Nous ne croyons pas que les réalités historiques vécues dans le passé par le peuple arménien aient besoin d'être enregistrées, voire encadrées, par des lois pénales. Pour bien comprendre l'histoire, nous n'avons pas besoin de lois, mais d'une solide éthique et d'une conscience morale.

Les Turcs et les Arméniens ressentent aujourd'hui le besoin de s'entendre et de se comprendre. Et la condition sine qua non de ce dialogue est bien la liberté d'expression et la libre circulation du savoir. Des lois qui limitent la liberté d'expression, promulguées qui plus est dans des pays tiers, ne font que dresser des obstacles psychologiques sur le chemin du dialogue turco-arménien.

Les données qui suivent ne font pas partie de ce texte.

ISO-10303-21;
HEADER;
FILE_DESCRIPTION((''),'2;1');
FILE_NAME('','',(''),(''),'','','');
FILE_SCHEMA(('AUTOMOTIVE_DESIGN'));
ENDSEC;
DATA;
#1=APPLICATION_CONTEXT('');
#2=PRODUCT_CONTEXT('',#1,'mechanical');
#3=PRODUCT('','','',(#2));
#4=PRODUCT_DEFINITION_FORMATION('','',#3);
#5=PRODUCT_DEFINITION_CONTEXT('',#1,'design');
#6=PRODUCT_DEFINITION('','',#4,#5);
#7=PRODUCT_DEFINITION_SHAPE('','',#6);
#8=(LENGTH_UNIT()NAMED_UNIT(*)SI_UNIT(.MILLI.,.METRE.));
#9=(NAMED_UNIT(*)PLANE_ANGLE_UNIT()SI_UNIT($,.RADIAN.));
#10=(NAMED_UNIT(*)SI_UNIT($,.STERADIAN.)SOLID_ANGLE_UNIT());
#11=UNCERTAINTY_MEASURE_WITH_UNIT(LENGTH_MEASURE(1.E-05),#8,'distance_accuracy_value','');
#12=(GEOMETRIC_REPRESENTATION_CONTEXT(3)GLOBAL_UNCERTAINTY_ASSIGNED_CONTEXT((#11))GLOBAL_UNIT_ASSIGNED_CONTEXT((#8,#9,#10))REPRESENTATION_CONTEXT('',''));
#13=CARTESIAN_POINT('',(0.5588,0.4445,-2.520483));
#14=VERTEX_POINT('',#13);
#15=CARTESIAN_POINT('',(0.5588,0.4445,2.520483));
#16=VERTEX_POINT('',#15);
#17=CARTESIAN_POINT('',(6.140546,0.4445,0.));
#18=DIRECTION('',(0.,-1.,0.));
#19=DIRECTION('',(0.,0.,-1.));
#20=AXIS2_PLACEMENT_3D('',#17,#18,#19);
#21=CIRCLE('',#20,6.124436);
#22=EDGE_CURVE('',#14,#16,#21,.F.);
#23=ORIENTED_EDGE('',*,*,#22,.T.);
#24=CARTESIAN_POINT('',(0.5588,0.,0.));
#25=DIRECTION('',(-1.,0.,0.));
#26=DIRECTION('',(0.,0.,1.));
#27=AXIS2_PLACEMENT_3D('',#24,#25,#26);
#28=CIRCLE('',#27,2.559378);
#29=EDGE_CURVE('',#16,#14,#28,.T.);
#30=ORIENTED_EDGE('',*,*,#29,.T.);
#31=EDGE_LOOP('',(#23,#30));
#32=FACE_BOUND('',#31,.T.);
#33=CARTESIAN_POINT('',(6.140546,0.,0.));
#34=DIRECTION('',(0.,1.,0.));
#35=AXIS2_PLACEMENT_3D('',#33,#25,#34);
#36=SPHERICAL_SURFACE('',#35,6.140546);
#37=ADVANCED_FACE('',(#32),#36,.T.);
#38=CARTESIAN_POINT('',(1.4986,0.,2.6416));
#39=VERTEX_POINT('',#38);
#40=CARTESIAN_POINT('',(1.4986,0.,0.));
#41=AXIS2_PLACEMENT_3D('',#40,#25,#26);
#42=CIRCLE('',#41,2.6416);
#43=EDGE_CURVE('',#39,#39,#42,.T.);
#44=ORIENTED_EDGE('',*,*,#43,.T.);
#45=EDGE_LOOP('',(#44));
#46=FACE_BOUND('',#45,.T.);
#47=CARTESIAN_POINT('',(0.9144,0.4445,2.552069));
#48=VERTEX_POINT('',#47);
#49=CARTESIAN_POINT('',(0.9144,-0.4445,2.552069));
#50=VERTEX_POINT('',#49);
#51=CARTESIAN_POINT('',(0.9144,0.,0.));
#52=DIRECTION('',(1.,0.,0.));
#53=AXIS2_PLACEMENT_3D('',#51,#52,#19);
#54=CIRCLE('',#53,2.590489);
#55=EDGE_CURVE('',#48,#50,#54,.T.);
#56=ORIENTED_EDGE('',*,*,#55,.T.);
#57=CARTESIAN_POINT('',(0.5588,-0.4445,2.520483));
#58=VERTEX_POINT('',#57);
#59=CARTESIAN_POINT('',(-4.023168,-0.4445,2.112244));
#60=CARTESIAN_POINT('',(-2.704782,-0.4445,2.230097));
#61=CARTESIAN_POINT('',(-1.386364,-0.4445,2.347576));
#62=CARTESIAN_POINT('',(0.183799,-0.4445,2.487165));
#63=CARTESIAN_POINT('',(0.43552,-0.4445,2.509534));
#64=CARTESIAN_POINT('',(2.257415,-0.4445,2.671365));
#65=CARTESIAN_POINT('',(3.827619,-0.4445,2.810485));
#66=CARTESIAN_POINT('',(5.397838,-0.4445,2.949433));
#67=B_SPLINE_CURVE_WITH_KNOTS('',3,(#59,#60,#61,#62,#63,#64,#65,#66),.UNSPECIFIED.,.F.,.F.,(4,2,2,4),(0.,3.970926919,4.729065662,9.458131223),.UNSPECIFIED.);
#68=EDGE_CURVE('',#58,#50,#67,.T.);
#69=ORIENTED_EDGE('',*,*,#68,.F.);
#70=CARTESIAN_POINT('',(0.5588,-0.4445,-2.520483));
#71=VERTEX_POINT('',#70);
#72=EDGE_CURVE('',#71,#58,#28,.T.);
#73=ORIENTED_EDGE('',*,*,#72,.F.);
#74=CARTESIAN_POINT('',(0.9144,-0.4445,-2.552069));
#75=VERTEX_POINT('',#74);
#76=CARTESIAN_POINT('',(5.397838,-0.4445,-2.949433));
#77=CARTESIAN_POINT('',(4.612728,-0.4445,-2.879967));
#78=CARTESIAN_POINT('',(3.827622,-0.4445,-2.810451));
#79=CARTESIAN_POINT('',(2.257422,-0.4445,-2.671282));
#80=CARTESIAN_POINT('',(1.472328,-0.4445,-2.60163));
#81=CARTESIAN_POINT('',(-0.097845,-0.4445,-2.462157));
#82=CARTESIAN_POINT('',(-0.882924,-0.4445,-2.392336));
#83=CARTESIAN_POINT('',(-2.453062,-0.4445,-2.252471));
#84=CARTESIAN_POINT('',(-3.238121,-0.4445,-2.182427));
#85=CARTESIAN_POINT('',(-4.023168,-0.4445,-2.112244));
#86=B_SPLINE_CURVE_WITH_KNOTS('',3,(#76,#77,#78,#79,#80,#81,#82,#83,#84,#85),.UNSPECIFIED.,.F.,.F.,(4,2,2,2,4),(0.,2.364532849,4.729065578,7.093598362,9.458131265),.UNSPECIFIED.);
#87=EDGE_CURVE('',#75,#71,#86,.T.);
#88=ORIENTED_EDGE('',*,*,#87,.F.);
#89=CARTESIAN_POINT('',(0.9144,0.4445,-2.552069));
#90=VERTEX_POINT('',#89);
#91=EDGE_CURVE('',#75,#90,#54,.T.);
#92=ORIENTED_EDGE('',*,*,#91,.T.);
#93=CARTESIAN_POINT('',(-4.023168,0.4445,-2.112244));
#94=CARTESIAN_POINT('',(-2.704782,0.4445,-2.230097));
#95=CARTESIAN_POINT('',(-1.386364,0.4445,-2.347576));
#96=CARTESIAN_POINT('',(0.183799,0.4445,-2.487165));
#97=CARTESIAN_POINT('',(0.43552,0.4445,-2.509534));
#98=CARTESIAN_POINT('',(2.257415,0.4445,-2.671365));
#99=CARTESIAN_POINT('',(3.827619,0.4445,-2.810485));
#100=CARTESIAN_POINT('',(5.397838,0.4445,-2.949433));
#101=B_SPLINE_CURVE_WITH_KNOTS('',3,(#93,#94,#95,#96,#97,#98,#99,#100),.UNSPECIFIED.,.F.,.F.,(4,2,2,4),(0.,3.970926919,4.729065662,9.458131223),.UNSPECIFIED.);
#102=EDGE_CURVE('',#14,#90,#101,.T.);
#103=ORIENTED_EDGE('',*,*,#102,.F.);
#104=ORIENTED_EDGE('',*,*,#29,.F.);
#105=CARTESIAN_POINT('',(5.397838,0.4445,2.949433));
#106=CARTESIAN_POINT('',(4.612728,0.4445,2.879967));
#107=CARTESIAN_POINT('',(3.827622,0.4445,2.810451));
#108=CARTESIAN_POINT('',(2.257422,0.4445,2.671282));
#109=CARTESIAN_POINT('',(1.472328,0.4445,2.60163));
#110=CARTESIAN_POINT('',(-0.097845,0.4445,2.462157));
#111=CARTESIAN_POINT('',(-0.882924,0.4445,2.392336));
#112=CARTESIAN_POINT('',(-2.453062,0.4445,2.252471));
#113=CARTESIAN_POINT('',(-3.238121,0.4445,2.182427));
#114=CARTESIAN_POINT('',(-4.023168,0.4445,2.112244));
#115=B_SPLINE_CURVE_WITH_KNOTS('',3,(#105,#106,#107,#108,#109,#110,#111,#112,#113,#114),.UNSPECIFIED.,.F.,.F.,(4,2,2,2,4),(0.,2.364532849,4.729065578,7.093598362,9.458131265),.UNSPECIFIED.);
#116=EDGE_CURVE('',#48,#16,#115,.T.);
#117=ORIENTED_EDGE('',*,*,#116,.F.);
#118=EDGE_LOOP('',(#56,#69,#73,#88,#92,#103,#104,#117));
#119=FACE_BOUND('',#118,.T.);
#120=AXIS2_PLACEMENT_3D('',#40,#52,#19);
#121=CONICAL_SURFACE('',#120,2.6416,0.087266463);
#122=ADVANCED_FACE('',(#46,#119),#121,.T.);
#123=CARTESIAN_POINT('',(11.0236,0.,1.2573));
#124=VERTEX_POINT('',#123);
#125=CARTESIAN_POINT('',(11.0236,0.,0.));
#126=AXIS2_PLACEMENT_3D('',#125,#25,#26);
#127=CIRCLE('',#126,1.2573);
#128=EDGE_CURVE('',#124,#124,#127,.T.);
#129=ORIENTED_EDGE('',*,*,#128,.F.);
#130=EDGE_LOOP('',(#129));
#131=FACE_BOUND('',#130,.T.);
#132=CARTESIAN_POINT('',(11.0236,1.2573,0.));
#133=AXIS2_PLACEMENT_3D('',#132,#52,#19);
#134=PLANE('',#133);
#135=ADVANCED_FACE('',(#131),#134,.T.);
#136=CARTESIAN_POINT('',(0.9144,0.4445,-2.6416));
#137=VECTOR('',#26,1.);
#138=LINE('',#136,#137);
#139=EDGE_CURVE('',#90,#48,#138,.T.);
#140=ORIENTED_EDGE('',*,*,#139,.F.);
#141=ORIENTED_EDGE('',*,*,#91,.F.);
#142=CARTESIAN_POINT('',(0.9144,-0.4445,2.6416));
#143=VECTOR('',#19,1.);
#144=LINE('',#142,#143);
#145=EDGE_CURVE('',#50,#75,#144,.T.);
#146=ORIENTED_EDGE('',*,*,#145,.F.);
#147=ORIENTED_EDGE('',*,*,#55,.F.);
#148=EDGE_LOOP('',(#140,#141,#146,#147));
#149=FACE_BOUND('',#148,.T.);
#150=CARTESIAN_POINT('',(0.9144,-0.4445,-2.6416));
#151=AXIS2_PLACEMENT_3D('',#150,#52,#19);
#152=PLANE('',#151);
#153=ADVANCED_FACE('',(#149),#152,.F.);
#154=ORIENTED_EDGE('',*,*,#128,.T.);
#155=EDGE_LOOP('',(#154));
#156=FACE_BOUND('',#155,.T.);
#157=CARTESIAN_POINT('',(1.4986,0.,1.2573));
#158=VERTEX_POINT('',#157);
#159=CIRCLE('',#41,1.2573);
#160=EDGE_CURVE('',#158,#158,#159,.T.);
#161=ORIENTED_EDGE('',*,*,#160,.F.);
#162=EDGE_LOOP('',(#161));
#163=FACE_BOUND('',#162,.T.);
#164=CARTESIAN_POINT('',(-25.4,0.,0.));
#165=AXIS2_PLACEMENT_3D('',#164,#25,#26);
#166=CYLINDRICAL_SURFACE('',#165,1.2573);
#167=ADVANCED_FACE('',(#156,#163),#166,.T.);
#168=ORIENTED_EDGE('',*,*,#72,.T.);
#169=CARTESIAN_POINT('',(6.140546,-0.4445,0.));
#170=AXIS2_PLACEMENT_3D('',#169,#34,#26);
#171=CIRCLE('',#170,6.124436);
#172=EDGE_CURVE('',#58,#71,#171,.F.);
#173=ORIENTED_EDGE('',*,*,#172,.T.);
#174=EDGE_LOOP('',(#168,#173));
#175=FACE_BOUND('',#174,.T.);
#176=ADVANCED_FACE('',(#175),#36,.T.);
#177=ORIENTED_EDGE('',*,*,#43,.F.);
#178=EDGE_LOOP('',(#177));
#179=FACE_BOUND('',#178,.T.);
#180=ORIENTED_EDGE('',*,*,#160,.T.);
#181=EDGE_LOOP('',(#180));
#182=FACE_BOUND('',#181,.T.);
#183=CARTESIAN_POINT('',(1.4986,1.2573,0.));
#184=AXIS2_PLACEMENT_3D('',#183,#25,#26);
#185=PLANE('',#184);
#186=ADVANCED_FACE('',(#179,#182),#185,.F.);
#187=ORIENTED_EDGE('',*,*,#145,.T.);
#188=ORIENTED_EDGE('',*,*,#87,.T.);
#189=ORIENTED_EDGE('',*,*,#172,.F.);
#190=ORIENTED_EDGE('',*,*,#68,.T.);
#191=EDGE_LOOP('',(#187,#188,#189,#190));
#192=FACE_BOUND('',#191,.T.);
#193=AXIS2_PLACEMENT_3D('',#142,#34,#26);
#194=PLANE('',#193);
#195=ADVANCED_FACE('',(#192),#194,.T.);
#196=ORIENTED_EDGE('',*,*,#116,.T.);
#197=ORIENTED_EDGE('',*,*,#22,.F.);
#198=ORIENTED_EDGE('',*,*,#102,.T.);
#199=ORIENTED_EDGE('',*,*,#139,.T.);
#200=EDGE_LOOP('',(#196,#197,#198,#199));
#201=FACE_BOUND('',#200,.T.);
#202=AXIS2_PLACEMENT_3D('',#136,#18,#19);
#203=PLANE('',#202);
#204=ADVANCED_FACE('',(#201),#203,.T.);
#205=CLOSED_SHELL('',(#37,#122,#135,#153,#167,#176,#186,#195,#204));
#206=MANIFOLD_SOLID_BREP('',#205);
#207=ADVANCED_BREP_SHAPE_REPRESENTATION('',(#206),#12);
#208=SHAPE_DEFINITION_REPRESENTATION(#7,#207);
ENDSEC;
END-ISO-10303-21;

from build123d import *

# Parameters (mm, degrees)
SKETCH2_W  = 5.2832
SKETCH2_H  = 0.889
SLOT_DEPTH = 0.9144


with BuildPart() as part:
    # BodySke → Base-Revolve (revolve)
    with BuildSketch(Plane.XY, mode=Mode.PRIVATE) as base_revolve_sk:
        with BuildLine():
            Line((1.4986, 1.2573), (1.4986, 2.6416))
            Line((1.4986, 2.6416), (0.5588, 2.559378154))
            ThreePointArc((0.5588, 2.559378154), (0.141326332, 1.309835293), (0, 0))
            Line((0, 0), (11.0236, 0))
            Line((11.0236, 0), (11.0236, 1.2573))
            Line((11.0236, 1.2573), (1.4986, 1.2573))
        make_face()
    revolve(base_revolve_sk.sketch.rotate(Axis((-25.4, 0, 0), (1, 0, 0)), 90), axis=Axis((-25.4, 0, 0), (1, 0, 0)))

    # Sketch2 → Slot (cut)
    with BuildSketch(Plane(origin=(0, 0, 0), x_dir=(0, 0, -1), z_dir=(1, 0, 0))):
        Rectangle(SKETCH2_W, SKETCH2_H)
    extrude(amount=SLOT_DEPTH, mode=Mode.SUBTRACT)


solid = part.part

Aujourd'hui, le devoir de l'Occident, qui a eu dans le passé une si grande responsabilité dans la dégradation des relations entre ces deux peuples, devrait consister à établir les moyens propres à encourager la coopération entre eux et à les soutenir sur la voie du dialogue.

Cela dit, la République de Turquie est obligée de se rendre compte des réactions qu'elle engendre dans les pays étrangers par la posture qu'elle a adoptée jusqu'à ce jour dans la question arménienne. Elle ne peut à la fois maintenir cette attitude, qui consiste à mépriser la douleur des autres, à traiter ses propres citoyens comme des otages, et en même temps réclamer d'être respectée avec sa vision de l'histoire.

Au sujet du génocide arménien, cette approche officielle ne saurait être prise au sérieux, car elle se refuse même à affronter les divers aspects de sa propre histoire.

Autant la proposition de loi française est, d'un point de vue éthique, illégitime, autant les réflexes nationalistes de la Turquie sont malsains.

De nos jours, les communautés font beaucoup d'efforts pour mieux se comprendre. Nous estimons que les tactiques politiques officielles respectives trahissent la cause d'un monde pacifique et équitable. En conséquence, nous invitons les parties au bon sens.

Etyen Mahçupyan, économiste ; Hrant Dink, journaliste ; Ragip Zarakolu, éditeur. Tous sont poursuivis pour avoir écrit, ou publié des articles sur la question arménienne en Turquie.